(Problem requirements) Take the material below and restate it word for word, stopping after the line in which "Line((0, 126), (0, 1))" occurs.

(Data records)
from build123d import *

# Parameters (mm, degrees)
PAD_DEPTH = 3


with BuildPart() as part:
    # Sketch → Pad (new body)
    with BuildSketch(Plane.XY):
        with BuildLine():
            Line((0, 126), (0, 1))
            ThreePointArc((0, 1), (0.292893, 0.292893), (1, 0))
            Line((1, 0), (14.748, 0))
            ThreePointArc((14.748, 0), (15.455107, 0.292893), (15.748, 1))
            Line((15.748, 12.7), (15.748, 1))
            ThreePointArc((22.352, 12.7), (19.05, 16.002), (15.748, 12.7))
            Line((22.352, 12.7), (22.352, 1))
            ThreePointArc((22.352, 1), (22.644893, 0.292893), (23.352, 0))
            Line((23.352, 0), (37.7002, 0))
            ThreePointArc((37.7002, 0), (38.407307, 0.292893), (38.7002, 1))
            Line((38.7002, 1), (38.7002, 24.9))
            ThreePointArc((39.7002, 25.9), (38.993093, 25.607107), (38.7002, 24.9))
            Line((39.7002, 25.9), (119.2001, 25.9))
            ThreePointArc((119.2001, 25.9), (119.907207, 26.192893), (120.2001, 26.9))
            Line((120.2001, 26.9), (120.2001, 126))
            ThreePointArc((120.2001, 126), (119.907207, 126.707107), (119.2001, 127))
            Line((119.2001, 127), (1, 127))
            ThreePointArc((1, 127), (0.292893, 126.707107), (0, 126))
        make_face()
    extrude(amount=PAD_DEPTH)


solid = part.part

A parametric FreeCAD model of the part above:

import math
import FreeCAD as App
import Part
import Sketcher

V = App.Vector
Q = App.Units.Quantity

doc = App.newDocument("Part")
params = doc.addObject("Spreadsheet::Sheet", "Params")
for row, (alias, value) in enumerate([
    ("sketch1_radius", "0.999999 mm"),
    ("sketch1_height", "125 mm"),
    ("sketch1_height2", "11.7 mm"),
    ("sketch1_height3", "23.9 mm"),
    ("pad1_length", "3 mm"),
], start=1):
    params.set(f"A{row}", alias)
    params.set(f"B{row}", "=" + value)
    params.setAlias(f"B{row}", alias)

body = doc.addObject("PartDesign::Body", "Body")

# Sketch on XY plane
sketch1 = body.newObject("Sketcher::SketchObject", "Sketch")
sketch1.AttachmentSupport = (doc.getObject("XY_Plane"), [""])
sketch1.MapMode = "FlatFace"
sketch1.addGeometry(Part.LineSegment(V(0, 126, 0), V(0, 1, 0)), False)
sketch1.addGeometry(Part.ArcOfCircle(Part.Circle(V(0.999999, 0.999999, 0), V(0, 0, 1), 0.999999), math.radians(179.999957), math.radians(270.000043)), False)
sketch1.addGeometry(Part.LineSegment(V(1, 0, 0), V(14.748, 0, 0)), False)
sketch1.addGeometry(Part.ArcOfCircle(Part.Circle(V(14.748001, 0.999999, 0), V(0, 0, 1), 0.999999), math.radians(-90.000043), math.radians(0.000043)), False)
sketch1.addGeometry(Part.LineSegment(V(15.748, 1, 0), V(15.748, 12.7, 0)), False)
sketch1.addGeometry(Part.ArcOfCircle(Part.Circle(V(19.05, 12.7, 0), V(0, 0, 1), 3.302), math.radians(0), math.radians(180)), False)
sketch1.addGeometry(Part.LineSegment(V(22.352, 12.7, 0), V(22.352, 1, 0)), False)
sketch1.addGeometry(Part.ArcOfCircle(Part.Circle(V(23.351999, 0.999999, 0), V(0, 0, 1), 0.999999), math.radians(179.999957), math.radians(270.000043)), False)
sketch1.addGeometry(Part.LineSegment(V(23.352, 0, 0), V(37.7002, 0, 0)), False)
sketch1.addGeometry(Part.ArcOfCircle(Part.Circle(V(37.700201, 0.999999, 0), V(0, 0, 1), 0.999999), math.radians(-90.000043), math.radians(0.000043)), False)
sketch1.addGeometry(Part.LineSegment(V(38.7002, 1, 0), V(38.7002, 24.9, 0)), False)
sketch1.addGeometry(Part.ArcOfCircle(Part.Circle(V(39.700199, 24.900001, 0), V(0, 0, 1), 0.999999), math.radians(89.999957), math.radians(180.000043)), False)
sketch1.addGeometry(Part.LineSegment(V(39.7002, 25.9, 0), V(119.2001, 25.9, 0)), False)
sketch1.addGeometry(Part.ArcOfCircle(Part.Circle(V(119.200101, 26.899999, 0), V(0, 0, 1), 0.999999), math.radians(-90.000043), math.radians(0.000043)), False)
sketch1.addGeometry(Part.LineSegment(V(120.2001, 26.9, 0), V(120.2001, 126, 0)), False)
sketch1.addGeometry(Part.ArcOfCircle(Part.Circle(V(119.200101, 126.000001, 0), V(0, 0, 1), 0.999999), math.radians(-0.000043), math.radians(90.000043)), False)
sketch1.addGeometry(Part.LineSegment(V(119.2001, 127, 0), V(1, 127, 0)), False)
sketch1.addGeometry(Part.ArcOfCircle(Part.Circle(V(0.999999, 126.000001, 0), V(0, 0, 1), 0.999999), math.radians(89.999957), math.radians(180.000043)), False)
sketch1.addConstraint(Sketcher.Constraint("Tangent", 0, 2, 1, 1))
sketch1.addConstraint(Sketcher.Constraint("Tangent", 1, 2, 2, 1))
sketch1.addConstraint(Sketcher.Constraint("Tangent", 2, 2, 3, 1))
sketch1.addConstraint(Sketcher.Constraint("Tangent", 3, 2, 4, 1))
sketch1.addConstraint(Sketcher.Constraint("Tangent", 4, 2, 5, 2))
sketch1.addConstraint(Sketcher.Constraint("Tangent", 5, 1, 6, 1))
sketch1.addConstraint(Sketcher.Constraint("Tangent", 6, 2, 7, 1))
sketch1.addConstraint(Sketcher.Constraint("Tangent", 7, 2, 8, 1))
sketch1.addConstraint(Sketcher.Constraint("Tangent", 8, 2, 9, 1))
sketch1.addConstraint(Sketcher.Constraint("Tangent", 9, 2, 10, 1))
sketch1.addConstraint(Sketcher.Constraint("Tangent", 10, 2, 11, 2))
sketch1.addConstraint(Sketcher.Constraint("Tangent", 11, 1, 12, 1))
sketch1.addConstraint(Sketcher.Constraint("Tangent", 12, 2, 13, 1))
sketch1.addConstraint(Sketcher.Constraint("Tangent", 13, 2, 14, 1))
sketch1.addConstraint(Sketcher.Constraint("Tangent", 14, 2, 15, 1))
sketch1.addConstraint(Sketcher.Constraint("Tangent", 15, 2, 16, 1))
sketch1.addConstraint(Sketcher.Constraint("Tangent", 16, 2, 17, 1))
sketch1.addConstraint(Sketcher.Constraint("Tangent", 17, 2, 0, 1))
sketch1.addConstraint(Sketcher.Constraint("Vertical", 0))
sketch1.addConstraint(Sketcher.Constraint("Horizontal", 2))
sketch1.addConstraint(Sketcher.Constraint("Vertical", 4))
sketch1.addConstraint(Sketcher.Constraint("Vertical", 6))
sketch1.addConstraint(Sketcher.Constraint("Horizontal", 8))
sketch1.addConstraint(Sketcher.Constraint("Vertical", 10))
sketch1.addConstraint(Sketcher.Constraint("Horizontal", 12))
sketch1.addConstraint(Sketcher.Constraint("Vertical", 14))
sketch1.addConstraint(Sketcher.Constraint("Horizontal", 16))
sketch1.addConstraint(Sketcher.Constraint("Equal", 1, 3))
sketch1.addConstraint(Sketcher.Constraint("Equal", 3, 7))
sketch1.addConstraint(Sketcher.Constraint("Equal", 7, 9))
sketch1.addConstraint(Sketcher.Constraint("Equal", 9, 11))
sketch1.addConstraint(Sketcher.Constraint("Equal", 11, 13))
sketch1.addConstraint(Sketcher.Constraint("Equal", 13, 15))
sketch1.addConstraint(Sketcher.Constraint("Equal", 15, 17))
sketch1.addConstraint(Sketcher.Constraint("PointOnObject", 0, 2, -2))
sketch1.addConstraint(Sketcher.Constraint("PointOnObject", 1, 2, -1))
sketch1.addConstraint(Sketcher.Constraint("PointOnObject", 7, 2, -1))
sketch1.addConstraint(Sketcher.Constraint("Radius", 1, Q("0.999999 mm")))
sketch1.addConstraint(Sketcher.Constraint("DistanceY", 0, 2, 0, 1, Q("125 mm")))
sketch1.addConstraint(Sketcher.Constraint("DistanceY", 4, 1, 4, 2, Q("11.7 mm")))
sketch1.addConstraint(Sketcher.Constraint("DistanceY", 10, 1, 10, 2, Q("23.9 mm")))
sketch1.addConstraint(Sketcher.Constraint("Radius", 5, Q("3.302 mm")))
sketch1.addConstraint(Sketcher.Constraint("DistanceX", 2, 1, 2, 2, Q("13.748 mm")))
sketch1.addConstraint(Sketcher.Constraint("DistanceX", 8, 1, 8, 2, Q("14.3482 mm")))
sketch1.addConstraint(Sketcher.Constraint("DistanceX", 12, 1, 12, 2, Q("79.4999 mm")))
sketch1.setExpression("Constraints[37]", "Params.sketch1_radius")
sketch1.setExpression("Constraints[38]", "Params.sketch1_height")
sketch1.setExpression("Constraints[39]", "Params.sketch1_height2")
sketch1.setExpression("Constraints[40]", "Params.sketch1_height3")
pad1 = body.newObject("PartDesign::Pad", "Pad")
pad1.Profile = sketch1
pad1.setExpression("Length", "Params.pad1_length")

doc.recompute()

(Result)
from build123d import *

# Parameters (mm, degrees)
PAD_DEPTH = 3


with BuildPart() as part:
    # Sketch → Pad (new body)
    with BuildSketch(Plane.XY):
        with BuildLine():
            Line((0, 126), (0, 1))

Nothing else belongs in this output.